WHAT THIS TASK INVOLVES:
Locate the line that contains "#147=ADVANCED_BREP_SHAPE_REPRESENTATION('',(#146),#12);" in the entries below, then repeat it and every following line through the line that contains "END-ISO-10303-21;", exactly, and no others.

EXERCISE MATERIALS:
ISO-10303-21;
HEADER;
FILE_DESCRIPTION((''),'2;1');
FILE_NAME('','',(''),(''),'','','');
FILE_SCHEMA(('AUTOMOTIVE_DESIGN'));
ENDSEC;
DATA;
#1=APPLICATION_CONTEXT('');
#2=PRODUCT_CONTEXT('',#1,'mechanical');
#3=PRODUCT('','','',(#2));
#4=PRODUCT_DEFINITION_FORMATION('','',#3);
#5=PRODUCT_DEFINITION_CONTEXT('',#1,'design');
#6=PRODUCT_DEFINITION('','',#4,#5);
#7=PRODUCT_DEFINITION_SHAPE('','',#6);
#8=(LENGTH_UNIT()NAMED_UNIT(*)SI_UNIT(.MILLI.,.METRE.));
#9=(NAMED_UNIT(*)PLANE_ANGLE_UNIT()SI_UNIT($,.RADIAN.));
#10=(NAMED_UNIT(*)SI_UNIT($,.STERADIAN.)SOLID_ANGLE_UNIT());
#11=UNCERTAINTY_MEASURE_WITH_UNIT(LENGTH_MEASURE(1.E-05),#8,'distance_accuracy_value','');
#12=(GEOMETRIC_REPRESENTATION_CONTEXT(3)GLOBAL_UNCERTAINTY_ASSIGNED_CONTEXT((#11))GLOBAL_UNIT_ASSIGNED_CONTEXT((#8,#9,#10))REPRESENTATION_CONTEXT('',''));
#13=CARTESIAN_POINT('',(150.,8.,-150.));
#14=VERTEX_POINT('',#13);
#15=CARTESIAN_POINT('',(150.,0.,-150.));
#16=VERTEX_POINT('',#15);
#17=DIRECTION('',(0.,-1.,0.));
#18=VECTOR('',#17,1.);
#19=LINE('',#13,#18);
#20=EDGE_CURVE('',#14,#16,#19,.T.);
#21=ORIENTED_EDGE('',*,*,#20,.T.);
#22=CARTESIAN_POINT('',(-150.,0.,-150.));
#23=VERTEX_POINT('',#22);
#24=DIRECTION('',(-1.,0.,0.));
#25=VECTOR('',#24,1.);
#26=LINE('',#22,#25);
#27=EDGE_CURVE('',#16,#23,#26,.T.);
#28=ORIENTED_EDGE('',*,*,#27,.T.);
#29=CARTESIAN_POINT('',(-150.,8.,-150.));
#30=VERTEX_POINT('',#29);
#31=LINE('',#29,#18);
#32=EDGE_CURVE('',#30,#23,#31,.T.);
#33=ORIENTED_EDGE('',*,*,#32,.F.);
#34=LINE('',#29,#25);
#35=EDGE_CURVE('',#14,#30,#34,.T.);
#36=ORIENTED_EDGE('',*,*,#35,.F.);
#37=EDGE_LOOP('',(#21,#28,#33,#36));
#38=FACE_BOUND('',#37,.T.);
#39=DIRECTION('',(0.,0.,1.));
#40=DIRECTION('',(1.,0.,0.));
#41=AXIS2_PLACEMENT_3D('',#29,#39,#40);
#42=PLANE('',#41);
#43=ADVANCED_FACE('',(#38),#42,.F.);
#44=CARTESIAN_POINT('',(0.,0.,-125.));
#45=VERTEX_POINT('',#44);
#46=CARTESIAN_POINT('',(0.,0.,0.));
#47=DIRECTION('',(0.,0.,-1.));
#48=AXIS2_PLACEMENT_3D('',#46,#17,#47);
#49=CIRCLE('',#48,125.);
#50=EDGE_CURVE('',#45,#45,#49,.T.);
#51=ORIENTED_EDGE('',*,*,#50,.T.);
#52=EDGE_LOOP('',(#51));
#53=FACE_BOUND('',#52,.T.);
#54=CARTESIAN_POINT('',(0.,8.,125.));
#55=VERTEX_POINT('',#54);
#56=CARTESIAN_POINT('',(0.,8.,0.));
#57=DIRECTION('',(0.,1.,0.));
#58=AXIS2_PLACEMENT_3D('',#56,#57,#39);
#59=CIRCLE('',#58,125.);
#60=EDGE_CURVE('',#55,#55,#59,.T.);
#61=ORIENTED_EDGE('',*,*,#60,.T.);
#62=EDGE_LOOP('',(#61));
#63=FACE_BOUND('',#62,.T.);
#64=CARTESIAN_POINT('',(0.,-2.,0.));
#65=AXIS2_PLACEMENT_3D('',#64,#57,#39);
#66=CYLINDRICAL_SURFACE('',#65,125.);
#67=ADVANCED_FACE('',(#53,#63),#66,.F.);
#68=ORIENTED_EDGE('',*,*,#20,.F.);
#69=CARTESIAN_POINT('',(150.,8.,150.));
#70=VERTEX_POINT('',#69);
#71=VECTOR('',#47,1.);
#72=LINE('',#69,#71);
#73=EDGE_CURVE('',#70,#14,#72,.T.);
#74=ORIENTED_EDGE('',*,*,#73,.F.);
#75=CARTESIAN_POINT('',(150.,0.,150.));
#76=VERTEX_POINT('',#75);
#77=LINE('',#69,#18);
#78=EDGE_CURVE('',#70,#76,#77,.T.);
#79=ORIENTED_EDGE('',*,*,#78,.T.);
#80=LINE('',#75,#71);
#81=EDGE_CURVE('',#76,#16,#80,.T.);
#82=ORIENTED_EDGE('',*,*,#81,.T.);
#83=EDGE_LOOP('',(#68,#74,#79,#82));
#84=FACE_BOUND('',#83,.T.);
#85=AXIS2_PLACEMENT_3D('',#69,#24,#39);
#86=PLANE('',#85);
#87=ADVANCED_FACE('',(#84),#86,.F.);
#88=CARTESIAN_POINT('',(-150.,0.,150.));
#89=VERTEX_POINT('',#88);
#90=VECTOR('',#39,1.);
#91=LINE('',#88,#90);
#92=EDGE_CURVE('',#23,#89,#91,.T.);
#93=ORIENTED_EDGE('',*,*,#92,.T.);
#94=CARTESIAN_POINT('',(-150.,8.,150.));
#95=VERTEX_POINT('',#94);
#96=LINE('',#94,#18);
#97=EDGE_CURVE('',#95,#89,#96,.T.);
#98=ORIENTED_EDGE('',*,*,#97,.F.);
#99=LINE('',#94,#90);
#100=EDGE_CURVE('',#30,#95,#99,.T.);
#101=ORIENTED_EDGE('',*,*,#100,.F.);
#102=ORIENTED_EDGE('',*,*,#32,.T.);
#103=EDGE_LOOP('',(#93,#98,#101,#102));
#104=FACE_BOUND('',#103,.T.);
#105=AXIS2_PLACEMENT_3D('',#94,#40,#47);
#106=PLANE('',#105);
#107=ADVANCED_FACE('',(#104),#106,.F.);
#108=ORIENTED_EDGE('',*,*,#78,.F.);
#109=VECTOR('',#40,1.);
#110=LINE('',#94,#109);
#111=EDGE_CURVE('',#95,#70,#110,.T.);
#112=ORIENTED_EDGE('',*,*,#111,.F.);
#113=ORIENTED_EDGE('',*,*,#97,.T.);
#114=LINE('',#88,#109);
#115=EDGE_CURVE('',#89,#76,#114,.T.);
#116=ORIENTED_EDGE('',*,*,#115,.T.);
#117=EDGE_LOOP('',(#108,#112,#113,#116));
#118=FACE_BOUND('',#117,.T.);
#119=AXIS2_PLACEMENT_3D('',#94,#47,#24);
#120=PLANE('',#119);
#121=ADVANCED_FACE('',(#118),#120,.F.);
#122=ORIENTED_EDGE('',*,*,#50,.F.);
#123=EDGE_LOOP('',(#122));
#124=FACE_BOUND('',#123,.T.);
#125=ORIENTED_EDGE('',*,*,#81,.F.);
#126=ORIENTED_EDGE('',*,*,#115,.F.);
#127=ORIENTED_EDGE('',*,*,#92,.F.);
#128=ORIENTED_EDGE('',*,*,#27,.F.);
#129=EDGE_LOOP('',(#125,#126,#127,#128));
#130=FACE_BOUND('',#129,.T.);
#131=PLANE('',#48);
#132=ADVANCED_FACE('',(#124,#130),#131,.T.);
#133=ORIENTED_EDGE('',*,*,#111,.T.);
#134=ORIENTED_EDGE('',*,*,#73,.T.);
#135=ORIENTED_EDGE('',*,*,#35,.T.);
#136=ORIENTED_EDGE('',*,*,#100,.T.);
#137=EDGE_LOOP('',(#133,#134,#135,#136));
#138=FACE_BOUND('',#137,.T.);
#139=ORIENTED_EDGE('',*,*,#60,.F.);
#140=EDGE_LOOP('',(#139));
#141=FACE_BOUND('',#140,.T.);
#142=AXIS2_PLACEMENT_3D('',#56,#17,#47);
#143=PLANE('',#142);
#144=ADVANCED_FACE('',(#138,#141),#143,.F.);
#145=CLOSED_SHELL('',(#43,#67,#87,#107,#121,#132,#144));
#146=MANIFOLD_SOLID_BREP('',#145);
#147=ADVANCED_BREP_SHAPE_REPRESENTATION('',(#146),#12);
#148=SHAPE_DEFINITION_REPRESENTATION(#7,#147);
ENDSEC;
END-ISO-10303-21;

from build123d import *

# Parameters (mm, degrees)
SKETCH1_W           = 300
SKETCH1_H           = 300
BOSS_EXTRUDE1_DEPTH = 8
SKETCH2_R           = 125
CUT_EXTRUDE1_DEPTH  = 10


with BuildPart() as part:
    # Sketch1 → Boss-Extrude1 (new body)
    with BuildSketch(Plane(origin=(0, 0, 0), x_dir=(1, 0, 0), z_dir=(0, 1, 0))):
        Rectangle(SKETCH1_W, SKETCH1_H)
    extrude(amount=BOSS_EXTRUDE1_DEPTH)

    # Sketch2 → Cut-Extrude1 (cut)
    with BuildSketch(Plane(origin=(0, 8, 0), x_dir=(1, 0, 0), z_dir=(0, 1, 0))):
        with Locations(Location((0, 0, 0), (0, 0, 270))):
            Circle(SKETCH2_R)
    extrude(amount=-CUT_EXTRUDE1_DEPTH, mode=Mode.SUBTRACT)


solid = part.part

WRITTEN ANSWER:
#147=ADVANCED_BREP_SHAPE_REPRESENTATION('',(#146),#12);
#148=SHAPE_DEFINITION_REPRESENTATION(#7,#147);
ENDSEC;
END-ISO-10303-21;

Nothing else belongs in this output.